We conclude that Bean's algorithm (RKGA) can be improved by simply making the best fit of the two parents chosen for mating have a higher probability of passing along its keys to it offspring than the other parent. The resulting algorithm is denoted RKGA*. For 11 of the 12 instances Pr(t _{RKGA*} ≤t _{RKGA} ) ≥ 0. 588, where t A is the random variable time-to-target solution of heuristic A. In 9 of the 12 instances Pr(t _{RKGA*} ≤ t _{RKGA} ) ≥ 0. 7. In 4 of the 12 instances Pr(t _{RKGA*} ≤ t _{RKGA} ) ≥ 0. 854. In 2 of the 12 instances Pr(t _{RKGA*} ≤ t _{RKGA} ) ≥ 0. 943. The biased random-key genetic algorithm (BRKGA) does even better. In 11 of the 12 instances Pr(t _{BRKGA} ≤ t _{RKGA} ) ≥ 0. 733. In 9 of the 12 instances Pr(t _{BRKGA} ≤ t _{RKGA} ) ≥ 0. 841. In 3 of the 12 instances Pr(tBRKGA ≤ t _{RKGA} ) ≥ 0. 917. Despite the fact that BRKGA has to order the population by fitness at each iteration, in addition to the same work done by RKGA and RKGA*, it is still faster per iteration, on average, than both RKGA and RKGA*. This is mainly due to the fact that it is not as random as RKGA and RKGA*. Combining time per iteration with number of iterations shows that BRKGA is faster than RKGA*, too. In 11 of the 12 instances Pr(t _{BRKGA} ≤ t _{RKGA*} ) ≥ 0. 547. In 9 of the 12 instances Pr(t _{BRKGA} ≤ t _{RKGA*} ) ≥ 0. 643. In 7 of the 12 instances Pr(t _{BRKGA} ≤ t _{RKGA*} ) ≥ 0. 721. In 2 of the 12 instances Pr(t _{BRKGA} ≤ t _{RKGA*} ) ≥ 0. 96.

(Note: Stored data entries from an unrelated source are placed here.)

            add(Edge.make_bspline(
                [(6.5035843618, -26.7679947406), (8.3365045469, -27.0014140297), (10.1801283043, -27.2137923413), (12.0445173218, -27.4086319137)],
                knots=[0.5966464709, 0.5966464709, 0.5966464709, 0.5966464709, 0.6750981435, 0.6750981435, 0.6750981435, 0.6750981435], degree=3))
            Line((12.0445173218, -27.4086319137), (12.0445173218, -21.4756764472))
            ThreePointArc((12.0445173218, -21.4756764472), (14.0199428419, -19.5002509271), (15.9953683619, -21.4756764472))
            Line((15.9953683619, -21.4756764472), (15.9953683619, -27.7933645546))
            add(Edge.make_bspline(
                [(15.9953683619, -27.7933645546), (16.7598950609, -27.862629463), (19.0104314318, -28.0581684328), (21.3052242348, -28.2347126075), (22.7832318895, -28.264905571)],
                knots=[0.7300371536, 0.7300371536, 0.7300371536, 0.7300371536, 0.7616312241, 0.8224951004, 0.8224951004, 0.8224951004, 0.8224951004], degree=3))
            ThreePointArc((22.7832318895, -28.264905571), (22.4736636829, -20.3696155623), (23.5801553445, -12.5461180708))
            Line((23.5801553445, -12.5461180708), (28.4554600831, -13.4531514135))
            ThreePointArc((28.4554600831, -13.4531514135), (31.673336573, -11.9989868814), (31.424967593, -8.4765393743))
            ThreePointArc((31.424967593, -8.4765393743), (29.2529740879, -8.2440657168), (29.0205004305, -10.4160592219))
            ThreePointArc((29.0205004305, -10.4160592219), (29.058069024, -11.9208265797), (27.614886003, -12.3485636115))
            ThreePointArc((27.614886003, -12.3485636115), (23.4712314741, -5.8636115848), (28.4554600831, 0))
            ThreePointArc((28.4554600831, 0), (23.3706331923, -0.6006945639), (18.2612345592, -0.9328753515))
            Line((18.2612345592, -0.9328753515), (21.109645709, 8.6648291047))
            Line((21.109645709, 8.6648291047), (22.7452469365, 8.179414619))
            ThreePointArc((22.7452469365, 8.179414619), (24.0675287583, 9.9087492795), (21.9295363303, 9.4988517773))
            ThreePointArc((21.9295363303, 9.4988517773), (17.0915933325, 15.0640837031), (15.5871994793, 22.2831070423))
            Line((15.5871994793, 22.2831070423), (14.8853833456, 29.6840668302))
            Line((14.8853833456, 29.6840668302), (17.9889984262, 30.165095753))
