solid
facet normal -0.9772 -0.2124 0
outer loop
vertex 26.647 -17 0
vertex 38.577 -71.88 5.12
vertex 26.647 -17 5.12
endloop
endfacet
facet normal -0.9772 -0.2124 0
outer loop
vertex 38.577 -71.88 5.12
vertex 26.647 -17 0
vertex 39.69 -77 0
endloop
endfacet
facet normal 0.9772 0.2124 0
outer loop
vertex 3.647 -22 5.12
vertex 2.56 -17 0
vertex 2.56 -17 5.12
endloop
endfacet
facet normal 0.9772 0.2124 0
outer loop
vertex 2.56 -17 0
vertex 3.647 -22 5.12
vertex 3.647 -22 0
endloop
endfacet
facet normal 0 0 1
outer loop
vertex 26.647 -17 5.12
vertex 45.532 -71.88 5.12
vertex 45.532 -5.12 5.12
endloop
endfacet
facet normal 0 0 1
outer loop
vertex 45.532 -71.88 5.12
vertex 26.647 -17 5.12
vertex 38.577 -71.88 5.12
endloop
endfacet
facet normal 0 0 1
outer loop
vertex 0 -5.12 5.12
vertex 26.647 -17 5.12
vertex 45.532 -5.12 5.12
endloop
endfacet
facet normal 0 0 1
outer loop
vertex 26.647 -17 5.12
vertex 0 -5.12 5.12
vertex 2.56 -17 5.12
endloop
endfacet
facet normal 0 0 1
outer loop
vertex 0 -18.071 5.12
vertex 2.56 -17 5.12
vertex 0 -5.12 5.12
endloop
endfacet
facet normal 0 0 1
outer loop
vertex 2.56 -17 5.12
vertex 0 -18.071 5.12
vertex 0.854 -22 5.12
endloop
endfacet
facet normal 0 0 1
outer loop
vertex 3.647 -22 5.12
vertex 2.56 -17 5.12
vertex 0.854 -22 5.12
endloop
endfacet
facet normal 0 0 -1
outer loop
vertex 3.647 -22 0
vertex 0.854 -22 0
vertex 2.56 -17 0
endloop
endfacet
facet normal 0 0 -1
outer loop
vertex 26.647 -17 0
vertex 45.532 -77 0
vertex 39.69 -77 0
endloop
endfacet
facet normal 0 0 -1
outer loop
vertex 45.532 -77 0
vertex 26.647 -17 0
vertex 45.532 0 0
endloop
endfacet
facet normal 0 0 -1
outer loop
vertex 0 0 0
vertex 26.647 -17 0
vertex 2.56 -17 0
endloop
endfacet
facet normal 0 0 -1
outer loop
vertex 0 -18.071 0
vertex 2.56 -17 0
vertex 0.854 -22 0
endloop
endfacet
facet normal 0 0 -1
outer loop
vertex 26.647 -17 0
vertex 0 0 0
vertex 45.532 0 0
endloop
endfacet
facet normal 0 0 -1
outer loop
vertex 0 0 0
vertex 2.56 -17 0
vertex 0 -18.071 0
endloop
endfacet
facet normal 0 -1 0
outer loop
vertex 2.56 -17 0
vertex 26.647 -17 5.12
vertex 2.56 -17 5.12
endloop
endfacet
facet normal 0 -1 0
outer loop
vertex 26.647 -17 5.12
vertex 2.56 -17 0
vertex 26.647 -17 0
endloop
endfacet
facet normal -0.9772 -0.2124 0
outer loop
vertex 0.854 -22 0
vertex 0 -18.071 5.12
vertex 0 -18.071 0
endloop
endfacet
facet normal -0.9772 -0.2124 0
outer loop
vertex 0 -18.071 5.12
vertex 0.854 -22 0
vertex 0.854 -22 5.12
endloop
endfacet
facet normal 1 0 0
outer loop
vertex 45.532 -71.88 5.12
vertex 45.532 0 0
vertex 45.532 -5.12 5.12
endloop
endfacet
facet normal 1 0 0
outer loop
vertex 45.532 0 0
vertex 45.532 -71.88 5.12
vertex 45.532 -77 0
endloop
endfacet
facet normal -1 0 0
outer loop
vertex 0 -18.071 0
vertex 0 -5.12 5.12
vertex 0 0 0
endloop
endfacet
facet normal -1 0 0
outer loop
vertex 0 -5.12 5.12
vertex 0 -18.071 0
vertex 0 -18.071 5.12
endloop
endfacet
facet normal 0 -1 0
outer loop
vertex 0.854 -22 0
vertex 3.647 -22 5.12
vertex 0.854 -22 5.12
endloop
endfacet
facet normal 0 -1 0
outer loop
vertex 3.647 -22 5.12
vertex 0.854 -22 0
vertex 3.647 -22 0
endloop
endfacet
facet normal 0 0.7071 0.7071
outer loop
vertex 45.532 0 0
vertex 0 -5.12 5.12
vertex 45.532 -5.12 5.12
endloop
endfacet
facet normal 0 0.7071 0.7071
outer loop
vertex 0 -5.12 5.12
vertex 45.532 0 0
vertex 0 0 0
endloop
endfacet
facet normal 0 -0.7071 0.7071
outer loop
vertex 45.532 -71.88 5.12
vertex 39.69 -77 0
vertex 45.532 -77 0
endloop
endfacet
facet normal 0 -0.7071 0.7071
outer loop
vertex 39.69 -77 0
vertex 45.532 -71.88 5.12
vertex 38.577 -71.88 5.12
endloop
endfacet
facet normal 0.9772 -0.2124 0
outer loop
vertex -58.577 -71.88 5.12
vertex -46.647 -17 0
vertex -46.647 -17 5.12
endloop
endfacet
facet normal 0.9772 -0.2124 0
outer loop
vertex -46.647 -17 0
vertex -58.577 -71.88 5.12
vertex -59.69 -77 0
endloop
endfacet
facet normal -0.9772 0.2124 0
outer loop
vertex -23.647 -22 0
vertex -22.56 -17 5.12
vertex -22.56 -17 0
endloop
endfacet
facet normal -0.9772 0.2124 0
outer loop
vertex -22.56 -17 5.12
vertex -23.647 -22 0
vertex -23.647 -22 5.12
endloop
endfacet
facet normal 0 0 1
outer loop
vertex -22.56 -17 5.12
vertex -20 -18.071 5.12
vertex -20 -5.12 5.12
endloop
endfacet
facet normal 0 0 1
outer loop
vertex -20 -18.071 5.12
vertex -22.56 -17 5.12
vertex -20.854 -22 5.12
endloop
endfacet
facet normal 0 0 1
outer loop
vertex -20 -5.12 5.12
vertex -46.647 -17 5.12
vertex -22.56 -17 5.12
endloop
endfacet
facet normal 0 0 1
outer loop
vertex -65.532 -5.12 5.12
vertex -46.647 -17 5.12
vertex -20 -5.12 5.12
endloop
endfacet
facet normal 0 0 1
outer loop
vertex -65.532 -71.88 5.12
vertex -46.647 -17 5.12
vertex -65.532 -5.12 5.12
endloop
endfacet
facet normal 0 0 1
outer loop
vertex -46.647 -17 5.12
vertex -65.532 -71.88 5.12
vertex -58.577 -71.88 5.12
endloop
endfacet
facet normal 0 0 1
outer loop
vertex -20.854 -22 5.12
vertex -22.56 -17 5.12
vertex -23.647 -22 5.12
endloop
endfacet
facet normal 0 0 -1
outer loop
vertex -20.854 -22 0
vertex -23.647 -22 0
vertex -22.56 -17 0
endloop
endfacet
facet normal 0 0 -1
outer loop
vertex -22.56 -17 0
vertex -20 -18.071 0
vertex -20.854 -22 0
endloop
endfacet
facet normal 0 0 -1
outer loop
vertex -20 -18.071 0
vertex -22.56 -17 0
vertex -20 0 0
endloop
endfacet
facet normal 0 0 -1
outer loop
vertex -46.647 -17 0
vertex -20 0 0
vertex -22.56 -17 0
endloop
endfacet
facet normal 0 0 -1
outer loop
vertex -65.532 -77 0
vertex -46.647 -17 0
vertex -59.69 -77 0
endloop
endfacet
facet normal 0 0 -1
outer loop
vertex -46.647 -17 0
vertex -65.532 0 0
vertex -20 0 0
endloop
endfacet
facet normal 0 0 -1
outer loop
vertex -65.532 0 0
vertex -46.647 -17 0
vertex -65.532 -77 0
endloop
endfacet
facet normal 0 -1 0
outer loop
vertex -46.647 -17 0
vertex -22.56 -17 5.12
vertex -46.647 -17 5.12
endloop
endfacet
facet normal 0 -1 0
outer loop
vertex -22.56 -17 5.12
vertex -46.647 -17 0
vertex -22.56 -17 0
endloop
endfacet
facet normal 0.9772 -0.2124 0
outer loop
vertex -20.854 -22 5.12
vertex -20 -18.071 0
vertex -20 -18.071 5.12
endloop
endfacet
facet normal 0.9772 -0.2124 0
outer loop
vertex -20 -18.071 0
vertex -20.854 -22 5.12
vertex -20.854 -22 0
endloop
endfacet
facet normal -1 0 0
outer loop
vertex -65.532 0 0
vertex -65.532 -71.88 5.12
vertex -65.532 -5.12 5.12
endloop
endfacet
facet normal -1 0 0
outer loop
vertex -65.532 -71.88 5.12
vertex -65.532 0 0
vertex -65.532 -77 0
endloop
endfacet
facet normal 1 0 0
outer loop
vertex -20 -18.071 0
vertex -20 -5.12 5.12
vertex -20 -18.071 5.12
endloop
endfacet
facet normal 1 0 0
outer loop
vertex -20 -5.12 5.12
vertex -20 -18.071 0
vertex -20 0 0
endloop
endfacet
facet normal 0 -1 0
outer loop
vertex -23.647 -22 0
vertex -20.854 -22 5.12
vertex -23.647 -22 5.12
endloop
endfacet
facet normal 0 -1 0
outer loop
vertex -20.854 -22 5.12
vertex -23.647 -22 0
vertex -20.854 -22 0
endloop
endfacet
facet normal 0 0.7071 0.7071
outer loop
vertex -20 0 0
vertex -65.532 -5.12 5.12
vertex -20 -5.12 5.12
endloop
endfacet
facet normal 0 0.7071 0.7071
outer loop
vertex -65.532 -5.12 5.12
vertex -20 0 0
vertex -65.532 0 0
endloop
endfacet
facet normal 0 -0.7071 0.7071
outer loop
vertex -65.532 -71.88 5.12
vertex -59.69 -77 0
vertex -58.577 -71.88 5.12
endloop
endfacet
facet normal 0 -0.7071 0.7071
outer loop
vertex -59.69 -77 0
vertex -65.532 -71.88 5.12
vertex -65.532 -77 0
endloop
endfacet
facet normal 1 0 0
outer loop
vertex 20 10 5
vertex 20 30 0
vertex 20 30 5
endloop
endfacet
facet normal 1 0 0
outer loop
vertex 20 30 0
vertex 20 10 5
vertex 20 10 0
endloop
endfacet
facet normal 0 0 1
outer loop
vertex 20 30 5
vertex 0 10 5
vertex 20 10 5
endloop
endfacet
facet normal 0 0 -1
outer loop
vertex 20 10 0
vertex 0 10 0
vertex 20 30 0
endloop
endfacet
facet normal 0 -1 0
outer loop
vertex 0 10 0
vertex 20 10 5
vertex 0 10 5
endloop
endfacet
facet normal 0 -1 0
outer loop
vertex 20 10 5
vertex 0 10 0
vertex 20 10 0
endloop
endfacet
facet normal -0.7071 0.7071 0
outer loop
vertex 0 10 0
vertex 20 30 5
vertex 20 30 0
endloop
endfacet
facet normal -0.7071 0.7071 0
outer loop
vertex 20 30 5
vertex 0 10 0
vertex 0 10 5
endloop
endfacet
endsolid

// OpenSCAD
// Curve Clock
// Inspired by Structure Clock http://www.thingiverse.com/thing:557190
// CC BY-SA 3.0 Tom Øyvind Hogstad 2014-15

// Sources:
// Peano-Gosper Curve http://hiiragicompany.net/ls.html
// Hilbert Curve http://upload.wikimedia.org/wikipedia/en/a/a5/Hilbert_curve.svg
// Escher Lizard http://www.inkscapeforum.com/viewtopic.php?f=5&t=2856


use <utility.scad>
//use <hilbert.scad>
//use <escher_lizard.scad>
use <gosper.scad>

r1 = 80;
r2 = 85;
layer  = 0.3; 
solid_layers = 3;
nozzle = 0.4;
// Perimeters - slic3r tend to change this around between versions
e_perimeters_ew = nozzle;
//perimeter_ew = 0.67;    	// lh=0.2
perimeters_ew = 0.48; 		// lh=0.3
wall = 2*e_perimeters_ew+perimeters_ew; // Going for "3" perimeters width.
rim = wall*4;
mech = [56,56,17];
mech_padded = mech + [2,2,1];
mech_box = mech_padded + [2*wall,2*wall, layer*3];
center_r = 5;
center_h = 5;
h  = mech_padded[2]+center_h;
dr = r2-r1;
c  = hypotenuse(h,dr);
_t = asin(dr/c);
_a = 90-_t;
s = sin(_t) * r1;

sr = 60;
sl = hypotenuse(sr,sr);
ss = sagitta(r1,sl/2);
fl = round(hypotenuse(ss,ss));
//fl=24;
echo("wall: ", wall);
echo("dr: ", dr);
echo("c: ", c);
echo("_t: ", _t);
echo("_a: ", _a);
echo("s: ", s);

echo("sl: ", sl);
echo("ss: ", ss);
echo("fl: ", fl);


 
//assembled();
//print();
stand_print();


module stand_print() {
translateX(-20) mirror()
rotateX(90)
stand();

rotateX(90)
stand();

translateY(10) 
difference() {
	cube([20,20,5]);
	rotateZ(45) cube([30,30,5]);
	
}

}

module stand_cut() {
	difference() {
		rotateY(_t) cube([c,4*wall,sr+fl]);
		translateZ(-10) cube([c*2,4*wall,10]);
	}
}

module stand() {
	difference() {
		cube([c+s+5, 4*wall, sr+fl]);
		translate([0,0,fl+5]) cube([c,4*wall,sr+fl]);
		//translate([2*wall,0,fl]) cube([c,2*wall,sr+fl]);
		#translate([2*wall,0,fl]) stand_cut();
		rotateX(-45) cube([c+s+5, 10, 10]);
		translateZ(sr+fl) rotateX(-45) cube([c+s+5, 10, 10]);
		//translate([5,0,7.5]) cube([c+s-5,2*wall, fl-15]);
		#translate([-c-1,0,fl-1]) stand_cut();

	}


}


module assembled() {
	body();
} 

module print() {
	body(print=true);
}





module body(print=false) {
	difference() {
		union() {
			difference() {
				cylinder(r1=poly(r1, 240), r2=poly(r2,240), h=h, $fn=240);
				translateZ(-1) cylinder(r1=poly(r1-rim, 240), r2=poly(r2-rim,240), h=h+2, $fn=240);
			}
			intersection() {
				translateZ(-1) cylinder(r1=poly(r1-1, 240), r2=poly(r2-1,240), h=h+2, $fn=240);
				scale([wall,wall,1]) curve(h);
			}
			cube_centered(mech_box);
			cylinder(r=poly(center_r+wall,32), h=h, $fn=32);
		}
		body_holes(print);
	}
}

module body_holes(print=false) {
	translateZ(-layer) cube_centered(mech_padded);
	#translateZ(mech_padded[2]) cylinder(r=poly(center_r,32), h=h, $fn=32);

}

Randomness is not always bad. On the Steiner triple covering instances, where the fitness landscapes are flat, it pays off to be more random. In fact, for the Steiner triple covering class, the parameter setting of BRKGA was more random than usual, with p _{m} = ⌈.55p⌉ linstead of the usual ⌈.15 p⌉ and ρ _{A } = 0. 65 instead of the usual 0. 7. BRKGA was faster than both RKGA and RKGA* on both stn243 and stn405. On stn135, however, both RKGA and RKGA* were slightly faster than BRKGA, with Pr(t _{RKGA*} ≤ t _{BRKGA} ) = 0. 504 and Pr(t _{RKGA} ≤ t _{BRKGA} ) = 0. 515.
Though we have confined this study only to set covering problems, we have observed that the described relative performances of the three variants occurs on most, if not all, other problems we have tackled with biased random-key genetic algorithms (^{Gonçalves & Resende, 2011}).